__Exercise description__:
If a line of the records contains the word "DIRECTION", list it.

__Entries supplied__:
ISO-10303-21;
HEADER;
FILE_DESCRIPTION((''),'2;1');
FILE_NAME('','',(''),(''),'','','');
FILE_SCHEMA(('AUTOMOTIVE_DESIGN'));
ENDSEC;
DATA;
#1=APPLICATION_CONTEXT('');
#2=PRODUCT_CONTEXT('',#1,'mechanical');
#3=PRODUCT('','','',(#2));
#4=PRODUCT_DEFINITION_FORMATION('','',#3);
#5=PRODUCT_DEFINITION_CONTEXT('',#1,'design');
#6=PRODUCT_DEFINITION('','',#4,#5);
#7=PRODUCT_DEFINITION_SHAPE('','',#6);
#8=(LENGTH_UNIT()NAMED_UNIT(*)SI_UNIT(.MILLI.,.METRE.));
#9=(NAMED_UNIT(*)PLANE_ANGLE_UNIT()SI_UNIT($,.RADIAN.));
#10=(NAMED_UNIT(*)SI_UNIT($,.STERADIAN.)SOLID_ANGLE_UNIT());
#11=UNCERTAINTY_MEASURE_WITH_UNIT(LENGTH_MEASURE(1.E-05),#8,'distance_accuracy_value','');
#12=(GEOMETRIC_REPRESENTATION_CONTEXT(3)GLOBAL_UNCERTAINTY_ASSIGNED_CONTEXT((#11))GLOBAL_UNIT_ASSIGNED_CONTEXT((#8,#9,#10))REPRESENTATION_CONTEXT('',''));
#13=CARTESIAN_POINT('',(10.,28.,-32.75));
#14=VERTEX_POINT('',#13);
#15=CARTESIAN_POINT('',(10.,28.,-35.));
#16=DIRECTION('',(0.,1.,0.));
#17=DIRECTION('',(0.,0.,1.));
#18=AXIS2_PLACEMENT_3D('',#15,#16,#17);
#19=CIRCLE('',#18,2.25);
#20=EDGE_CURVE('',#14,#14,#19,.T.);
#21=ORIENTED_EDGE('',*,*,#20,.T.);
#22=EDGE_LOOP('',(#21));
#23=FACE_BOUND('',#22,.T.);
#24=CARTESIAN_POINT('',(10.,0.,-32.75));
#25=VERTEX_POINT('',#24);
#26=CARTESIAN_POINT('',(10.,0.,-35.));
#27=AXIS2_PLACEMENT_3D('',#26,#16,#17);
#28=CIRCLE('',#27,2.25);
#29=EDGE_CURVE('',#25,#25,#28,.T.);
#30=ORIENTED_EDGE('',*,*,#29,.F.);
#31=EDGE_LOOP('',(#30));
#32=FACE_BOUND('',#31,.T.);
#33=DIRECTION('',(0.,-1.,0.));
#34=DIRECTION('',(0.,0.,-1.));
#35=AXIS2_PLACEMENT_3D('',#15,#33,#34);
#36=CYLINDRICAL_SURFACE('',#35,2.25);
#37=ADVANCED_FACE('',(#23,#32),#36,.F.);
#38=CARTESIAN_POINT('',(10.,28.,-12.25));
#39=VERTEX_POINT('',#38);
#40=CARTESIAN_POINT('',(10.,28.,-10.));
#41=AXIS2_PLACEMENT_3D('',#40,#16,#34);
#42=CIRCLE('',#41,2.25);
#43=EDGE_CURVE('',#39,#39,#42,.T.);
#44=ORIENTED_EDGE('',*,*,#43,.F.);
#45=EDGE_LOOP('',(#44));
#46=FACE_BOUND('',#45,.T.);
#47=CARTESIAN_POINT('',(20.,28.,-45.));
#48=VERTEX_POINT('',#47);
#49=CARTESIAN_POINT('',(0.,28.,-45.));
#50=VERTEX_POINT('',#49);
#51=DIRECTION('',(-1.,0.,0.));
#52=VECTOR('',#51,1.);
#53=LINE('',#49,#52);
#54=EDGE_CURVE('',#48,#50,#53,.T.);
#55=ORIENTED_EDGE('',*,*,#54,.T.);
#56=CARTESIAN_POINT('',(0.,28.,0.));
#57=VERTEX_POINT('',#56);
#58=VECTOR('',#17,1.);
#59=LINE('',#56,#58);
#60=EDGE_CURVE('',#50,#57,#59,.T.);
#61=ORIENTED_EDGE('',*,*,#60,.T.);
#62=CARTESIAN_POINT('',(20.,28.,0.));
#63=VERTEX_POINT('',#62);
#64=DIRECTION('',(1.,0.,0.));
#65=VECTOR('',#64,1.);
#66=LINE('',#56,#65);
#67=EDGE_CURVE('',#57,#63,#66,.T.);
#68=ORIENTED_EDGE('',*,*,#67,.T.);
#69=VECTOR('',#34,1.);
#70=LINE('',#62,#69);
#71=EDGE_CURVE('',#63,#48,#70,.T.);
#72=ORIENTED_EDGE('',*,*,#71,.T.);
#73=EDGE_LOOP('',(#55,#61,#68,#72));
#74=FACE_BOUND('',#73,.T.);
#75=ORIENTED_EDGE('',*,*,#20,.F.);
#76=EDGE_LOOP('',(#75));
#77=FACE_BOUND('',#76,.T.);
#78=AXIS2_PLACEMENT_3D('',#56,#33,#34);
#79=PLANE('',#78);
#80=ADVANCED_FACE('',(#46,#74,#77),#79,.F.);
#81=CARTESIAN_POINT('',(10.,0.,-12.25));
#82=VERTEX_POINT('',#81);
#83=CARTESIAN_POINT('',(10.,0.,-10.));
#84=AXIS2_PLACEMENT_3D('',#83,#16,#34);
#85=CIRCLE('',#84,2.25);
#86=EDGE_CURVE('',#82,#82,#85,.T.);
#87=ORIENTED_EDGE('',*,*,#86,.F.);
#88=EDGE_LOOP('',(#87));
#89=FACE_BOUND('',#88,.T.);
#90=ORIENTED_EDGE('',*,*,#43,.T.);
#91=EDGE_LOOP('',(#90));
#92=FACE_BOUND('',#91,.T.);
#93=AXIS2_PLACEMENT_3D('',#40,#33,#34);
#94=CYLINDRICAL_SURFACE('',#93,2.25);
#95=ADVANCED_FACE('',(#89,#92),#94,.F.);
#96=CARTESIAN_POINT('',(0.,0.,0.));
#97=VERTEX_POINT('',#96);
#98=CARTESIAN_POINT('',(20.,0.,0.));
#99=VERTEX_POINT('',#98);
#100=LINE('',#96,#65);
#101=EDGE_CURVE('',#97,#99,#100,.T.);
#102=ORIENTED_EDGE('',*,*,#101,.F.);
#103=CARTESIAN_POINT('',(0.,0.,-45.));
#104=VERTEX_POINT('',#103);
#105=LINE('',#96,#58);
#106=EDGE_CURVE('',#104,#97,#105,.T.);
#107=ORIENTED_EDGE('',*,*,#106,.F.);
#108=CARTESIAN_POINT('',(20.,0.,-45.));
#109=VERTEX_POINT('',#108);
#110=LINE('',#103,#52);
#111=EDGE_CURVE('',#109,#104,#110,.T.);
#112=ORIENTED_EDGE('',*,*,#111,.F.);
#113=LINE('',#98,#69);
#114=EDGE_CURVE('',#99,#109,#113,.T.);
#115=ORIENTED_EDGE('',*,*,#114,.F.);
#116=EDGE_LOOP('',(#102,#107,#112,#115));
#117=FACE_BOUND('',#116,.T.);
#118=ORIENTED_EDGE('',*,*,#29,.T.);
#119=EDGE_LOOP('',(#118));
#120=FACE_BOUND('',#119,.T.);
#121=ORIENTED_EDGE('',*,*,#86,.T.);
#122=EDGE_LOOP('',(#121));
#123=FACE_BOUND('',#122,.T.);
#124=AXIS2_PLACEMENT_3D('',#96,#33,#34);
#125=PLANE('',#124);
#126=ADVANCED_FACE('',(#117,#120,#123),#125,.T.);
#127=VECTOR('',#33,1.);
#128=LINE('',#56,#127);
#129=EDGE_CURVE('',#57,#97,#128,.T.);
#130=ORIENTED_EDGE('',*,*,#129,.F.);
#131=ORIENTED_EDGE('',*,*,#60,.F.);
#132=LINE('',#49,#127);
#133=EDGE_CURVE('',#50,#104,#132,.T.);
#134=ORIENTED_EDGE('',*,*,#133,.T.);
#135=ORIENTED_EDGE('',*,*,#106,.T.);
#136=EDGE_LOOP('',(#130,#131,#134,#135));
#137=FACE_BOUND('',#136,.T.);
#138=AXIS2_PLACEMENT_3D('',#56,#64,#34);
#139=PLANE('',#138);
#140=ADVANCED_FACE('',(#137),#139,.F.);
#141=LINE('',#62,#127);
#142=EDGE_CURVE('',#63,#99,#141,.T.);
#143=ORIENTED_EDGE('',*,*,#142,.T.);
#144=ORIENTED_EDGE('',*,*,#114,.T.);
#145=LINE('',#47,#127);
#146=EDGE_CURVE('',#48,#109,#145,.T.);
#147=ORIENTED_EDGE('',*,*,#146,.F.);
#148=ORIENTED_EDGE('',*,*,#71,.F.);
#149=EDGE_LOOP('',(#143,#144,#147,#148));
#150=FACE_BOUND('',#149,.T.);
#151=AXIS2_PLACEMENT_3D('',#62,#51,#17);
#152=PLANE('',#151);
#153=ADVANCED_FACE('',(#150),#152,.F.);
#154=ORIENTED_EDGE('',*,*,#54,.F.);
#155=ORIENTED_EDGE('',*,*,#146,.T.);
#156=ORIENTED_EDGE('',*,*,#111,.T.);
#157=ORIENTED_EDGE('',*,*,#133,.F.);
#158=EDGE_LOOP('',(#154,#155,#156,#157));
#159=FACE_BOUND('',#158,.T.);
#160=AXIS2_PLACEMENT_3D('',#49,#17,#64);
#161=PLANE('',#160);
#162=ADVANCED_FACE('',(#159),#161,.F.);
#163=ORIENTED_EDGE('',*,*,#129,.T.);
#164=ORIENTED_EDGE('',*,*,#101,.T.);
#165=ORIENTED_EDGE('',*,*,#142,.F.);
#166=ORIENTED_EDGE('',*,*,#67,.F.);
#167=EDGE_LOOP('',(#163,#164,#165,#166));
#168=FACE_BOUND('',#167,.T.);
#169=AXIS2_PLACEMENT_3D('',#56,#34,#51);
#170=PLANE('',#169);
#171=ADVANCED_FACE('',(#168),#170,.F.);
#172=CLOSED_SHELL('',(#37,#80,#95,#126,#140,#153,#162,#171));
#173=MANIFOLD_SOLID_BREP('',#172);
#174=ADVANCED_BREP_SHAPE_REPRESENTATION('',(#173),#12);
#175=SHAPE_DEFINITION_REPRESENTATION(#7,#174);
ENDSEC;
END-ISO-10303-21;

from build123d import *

# Parameters (mm, degrees)
SKETCH_1_W      = 20
SKETCH_1_H      = 45
SKETCH_1_R      = 2.25
EXTRUDE_1_DEPTH = 28


with BuildPart() as part:
    # 草图1 → 凸台-拉伸1 (new body)
    with BuildSketch(Plane(origin=(0, 0, 0), x_dir=(1, 0, 0), z_dir=(0, 1, 0))):
        with Locations((10, 22.5)):
            Rectangle(SKETCH_1_W, SKETCH_1_H)
        with Locations(Location((10, 35, 0), (0, 0, 270))):
            Circle(SKETCH_1_R, mode=Mode.SUBTRACT)
        with Locations(Location((10, 10, 0), (0, 0, 90))):
            Circle(SKETCH_1_R, mode=Mode.SUBTRACT)
    extrude(amount=EXTRUDE_1_DEPTH)


solid = part.part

__Completed task__:
#16=DIRECTION('',(0.,1.,0.));
#17=DIRECTION('',(0.,0.,1.));
#33=DIRECTION('',(0.,-1.,0.));
#34=DIRECTION('',(0.,0.,-1.));
#51=DIRECTION('',(-1.,0.,0.));
#64=DIRECTION('',(1.,0.,0.));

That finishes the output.